(Dataset entries)
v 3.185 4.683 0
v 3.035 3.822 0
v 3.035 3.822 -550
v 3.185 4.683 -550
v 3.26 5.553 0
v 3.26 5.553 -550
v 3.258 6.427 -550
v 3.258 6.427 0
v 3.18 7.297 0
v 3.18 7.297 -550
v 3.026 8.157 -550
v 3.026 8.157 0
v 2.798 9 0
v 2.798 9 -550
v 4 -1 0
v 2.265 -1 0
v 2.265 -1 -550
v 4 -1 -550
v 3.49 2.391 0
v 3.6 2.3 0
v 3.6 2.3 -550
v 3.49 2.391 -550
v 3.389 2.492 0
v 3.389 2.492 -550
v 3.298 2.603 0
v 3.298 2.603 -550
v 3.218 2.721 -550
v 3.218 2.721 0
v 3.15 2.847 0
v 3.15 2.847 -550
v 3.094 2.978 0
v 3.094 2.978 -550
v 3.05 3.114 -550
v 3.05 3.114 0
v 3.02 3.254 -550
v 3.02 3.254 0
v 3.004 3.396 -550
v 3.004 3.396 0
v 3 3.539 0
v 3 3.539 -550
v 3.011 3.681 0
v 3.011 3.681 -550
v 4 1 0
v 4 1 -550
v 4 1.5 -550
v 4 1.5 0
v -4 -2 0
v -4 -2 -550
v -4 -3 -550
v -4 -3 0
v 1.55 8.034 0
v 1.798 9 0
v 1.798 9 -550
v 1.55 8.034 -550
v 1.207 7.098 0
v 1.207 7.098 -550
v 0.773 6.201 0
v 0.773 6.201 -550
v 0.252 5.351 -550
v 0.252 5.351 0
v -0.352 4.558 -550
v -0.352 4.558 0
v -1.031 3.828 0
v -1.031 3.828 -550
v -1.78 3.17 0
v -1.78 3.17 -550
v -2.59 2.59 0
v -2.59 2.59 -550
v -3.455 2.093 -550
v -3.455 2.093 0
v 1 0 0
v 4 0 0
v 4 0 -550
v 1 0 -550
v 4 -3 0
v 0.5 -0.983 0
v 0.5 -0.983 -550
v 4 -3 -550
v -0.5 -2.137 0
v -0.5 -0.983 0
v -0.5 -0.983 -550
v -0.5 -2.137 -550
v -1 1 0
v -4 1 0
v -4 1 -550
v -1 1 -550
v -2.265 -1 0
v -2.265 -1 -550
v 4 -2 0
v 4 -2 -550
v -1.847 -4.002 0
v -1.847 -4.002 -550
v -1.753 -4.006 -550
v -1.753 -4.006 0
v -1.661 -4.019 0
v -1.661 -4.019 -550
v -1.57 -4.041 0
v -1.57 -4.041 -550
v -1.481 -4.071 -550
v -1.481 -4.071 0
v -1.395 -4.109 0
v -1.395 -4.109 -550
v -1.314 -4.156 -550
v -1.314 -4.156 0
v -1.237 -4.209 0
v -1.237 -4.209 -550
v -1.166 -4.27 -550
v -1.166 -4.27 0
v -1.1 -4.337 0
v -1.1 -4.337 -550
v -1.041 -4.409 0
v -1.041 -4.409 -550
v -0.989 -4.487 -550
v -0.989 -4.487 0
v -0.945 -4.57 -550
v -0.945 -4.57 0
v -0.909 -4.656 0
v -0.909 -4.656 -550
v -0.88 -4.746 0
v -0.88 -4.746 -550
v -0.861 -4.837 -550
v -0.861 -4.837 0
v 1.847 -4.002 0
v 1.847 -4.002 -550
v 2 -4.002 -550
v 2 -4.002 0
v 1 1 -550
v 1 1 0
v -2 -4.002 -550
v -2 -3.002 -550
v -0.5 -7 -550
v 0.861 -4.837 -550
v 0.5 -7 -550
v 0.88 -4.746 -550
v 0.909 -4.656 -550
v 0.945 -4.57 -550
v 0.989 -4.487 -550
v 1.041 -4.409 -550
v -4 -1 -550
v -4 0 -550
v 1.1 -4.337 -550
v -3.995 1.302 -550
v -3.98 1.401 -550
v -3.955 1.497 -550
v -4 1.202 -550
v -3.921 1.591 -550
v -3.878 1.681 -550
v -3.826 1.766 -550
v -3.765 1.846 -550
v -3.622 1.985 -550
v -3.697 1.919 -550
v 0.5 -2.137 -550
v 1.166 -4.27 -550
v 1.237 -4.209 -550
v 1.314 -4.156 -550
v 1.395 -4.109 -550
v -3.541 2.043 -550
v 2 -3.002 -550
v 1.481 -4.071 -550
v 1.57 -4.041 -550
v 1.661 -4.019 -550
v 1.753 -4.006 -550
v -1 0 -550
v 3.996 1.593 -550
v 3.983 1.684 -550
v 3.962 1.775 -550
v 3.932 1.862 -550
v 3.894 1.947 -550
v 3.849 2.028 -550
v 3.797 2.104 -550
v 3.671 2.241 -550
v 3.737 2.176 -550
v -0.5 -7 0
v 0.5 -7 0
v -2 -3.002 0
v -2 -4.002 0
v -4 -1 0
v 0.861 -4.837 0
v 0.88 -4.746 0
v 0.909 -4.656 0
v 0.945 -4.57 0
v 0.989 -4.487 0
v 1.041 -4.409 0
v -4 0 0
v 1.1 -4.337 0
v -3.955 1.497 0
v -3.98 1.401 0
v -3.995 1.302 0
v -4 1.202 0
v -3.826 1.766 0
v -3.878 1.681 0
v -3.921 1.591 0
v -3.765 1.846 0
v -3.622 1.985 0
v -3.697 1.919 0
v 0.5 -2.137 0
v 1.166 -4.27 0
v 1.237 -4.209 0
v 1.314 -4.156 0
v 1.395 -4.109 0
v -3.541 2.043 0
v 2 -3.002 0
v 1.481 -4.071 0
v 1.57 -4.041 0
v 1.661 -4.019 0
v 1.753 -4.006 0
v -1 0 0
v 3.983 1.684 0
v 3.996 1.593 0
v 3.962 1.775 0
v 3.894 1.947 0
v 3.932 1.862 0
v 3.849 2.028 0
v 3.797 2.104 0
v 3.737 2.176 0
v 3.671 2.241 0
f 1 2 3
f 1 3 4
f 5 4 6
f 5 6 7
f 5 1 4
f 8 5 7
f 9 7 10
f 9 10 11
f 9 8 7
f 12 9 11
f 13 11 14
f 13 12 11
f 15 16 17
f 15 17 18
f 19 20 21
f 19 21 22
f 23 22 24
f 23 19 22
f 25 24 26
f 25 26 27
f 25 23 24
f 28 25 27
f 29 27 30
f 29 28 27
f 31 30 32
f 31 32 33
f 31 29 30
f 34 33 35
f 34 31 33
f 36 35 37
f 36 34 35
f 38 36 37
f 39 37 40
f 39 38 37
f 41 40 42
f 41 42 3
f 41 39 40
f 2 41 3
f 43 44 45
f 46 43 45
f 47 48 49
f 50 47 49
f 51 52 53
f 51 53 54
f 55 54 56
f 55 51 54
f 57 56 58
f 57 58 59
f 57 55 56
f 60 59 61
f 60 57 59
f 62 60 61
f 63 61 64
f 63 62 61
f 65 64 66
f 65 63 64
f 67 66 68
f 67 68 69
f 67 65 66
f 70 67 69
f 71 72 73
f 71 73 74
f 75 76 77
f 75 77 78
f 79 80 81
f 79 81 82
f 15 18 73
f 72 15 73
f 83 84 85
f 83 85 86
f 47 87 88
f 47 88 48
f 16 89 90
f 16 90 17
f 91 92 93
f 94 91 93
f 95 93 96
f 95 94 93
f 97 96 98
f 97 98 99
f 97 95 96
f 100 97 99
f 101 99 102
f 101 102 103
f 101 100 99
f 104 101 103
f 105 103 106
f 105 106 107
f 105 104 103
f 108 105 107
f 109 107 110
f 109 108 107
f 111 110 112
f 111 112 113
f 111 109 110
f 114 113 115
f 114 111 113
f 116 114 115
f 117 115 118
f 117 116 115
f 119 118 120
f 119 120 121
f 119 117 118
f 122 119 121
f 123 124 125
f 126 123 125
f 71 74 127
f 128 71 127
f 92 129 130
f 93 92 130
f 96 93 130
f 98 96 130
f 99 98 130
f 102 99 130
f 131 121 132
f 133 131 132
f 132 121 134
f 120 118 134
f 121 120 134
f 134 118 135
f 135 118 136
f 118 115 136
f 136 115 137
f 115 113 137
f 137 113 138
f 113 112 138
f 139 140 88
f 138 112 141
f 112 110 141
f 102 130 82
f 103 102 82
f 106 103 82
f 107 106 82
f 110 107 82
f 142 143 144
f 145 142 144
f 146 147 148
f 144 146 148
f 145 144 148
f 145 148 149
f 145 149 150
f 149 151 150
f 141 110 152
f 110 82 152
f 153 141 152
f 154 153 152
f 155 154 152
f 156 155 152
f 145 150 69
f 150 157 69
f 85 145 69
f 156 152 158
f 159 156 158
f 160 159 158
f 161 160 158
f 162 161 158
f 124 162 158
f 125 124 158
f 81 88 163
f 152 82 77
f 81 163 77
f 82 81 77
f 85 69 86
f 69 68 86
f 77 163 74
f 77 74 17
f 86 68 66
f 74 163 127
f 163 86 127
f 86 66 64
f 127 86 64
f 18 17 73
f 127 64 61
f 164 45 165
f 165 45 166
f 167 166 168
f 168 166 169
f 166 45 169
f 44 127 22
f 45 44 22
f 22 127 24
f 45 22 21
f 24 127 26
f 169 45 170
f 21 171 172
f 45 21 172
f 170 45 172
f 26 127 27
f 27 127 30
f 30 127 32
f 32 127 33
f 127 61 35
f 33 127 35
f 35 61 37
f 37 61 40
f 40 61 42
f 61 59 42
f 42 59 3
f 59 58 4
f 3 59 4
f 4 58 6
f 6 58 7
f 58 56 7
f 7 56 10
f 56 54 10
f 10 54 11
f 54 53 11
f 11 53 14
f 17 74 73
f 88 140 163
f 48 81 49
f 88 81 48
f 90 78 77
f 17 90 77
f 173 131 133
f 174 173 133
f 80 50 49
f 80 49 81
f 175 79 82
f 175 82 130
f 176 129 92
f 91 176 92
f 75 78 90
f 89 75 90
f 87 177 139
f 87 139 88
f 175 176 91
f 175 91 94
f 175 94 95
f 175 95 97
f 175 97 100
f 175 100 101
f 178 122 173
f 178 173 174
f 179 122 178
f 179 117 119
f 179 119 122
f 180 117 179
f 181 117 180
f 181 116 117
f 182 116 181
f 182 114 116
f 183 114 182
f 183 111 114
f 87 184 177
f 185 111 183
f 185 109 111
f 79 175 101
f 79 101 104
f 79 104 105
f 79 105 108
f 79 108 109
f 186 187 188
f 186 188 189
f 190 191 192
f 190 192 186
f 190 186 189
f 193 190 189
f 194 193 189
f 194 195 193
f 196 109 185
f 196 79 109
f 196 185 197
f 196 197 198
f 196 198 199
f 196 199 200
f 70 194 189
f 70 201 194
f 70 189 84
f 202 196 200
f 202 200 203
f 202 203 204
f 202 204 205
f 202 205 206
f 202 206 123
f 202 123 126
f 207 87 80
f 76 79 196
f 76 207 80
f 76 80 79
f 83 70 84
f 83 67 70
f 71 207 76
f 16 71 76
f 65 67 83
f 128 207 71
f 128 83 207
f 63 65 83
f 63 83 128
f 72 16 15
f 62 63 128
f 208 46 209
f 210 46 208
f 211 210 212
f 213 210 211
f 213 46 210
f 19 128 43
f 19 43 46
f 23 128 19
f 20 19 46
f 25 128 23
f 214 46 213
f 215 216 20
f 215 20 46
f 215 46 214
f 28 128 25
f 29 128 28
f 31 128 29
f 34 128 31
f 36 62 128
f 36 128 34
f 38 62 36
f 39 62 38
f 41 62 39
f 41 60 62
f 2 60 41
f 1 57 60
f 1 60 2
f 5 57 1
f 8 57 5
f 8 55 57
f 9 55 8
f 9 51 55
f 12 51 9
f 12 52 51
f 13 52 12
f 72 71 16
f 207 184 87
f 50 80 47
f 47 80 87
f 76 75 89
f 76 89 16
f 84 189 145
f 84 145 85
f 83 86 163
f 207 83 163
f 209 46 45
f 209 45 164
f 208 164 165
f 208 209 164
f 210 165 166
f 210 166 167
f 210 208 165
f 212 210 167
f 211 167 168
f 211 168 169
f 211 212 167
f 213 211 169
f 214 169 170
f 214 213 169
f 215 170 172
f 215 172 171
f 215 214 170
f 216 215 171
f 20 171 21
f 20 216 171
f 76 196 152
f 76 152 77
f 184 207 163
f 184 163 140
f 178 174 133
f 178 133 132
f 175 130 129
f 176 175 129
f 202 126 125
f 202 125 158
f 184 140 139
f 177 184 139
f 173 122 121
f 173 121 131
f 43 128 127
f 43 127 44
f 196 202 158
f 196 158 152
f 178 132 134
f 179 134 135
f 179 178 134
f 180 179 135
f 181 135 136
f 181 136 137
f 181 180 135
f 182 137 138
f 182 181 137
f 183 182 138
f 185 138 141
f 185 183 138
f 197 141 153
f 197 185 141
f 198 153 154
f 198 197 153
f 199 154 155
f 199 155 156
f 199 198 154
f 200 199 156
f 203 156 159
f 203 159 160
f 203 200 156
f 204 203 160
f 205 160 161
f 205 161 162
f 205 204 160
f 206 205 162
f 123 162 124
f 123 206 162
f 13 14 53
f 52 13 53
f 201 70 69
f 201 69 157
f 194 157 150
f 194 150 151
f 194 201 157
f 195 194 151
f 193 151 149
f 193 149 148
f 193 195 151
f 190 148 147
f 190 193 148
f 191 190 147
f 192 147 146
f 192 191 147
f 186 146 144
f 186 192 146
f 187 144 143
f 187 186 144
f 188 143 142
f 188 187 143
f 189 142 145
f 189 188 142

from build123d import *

# Parameters (mm, degrees)
EXTRUSION1_DEPTH = 550


with BuildPart() as part:
    # Esquisse1 → Extrusion1 (new body)
    with BuildSketch(Plane.XY):
        with BuildLine():
            Line((4, 0), (1, 0))
            Line((1, 0), (1, 1))
            Line((1, 1), (4, 1))
            Line((4, 1), (4, 1.5))
            ThreePointArc((4, 1.5), (3.894427191, 1.947213595), (3.6, 2.3))
            ThreePointArc((3.6, 2.3), (3.093760184, 2.977994654), (3.034989317, 3.822092686))
            ThreePointArc((3.034989317, 3.822092686), (3.257790087, 6.426670848), (2.797958971, 9))
            Line((2.797958971, 9), (1.797958971, 9))
            ThreePointArc((1.797958971, 9), (-0.040046913, 4.946972092), (-3.454545455, 2.092764572))
            ThreePointArc((-3.454545455, 2.092764572), (-3.852802865, 1.724273997), (-4, 1.202041029))
            Line((-4, 1.202041029), (-4, 1))
            Line((-4, 1), (-1, 1))
            Line((-1, 1), (-1, 0))
            Line((-1, 0), (-4, 0))
            Line((-4, 0), (-4, -1))
            Line((-4, -1), (-2.264690261, -1))
            Line((-2.264690261, -1), (-4, -2))
            Line((-4, -2), (-4, -3))
            Line((-4, -3), (-0.5, -0.983069005))
            Line((-0.5, -0.983069005), (-0.5, -2.13722779))
            Line((-0.5, -2.13722779), (-2, -3.001626788))
            Line((-2, -3.001626788), (-2, -4.001626788))
            Line((-2, -4.001626788), (-1.847051532, -4.001626788))
            ThreePointArc((-1.847051532, -4.001626788), (-1.200710202, -4.238578372), (-0.860672076, -4.837141017))
            Line((-0.860672076, -4.837141017), (-0.5, -7))
            Line((-0.5, -7), (0.5, -7))
            Line((0.5, -7), (0.860672076, -4.837141017))
            ThreePointArc((0.860672076, -4.837141017), (1.200710202, -4.238578372), (1.847051532, -4.001626788))
            Line((1.847051532, -4.001626788), (2, -4.001626788))
            Line((2, -4.001626788), (2, -3.001626788))
            Line((2, -3.001626788), (0.5, -2.13722779))
            Line((0.5, -2.13722779), (0.5, -0.983069005))
            Line((0.5, -0.983069005), (4, -3))
            Line((4, -3), (4, -2))
            Line((4, -2), (2.264690261, -1))
            Line((2.264690261, -1), (4, -1))
            Line((4, -1), (4, 0))
        make_face()
    extrude(amount=-EXTRUSION1_DEPTH)


solid = part.part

TASK BRIEF.
Of the lines above, output exactly those from the line bearing "f 167 166 168" through the line bearing "f 178 122 173", inclusive.

ANSWER BOX.
f 167 166 168
f 168 166 169
f 166 45 169
f 44 127 22
f 45 44 22
f 22 127 24
f 45 22 21
f 24 127 26
f 169 45 170
f 21 171 172
f 45 21 172
f 170 45 172
f 26 127 27
f 27 127 30
f 30 127 32
f 32 127 33
f 127 61 35
f 33 127 35
f 35 61 37
f 37 61 40
f 40 61 42
f 61 59 42
f 42 59 3
f 59 58 4
f 3 59 4
f 4 58 6
f 6 58 7
f 58 56 7
f 7 56 10
f 56 54 10
f 10 54 11
f 54 53 11
f 11 53 14
f 17 74 73
f 88 140 163
f 48 81 49
f 88 81 48
f 90 78 77
f 17 90 77
f 173 131 133
f 174 173 133
f 80 50 49
f 80 49 81
f 175 79 82
f 175 82 130
f 176 129 92
f 91 176 92
f 75 78 90
f 89 75 90
f 87 177 139
f 87 139 88
f 175 176 91
f 175 91 94
f 175 94 95
f 175 95 97
f 175 97 100
f 175 100 101
f 178 122 173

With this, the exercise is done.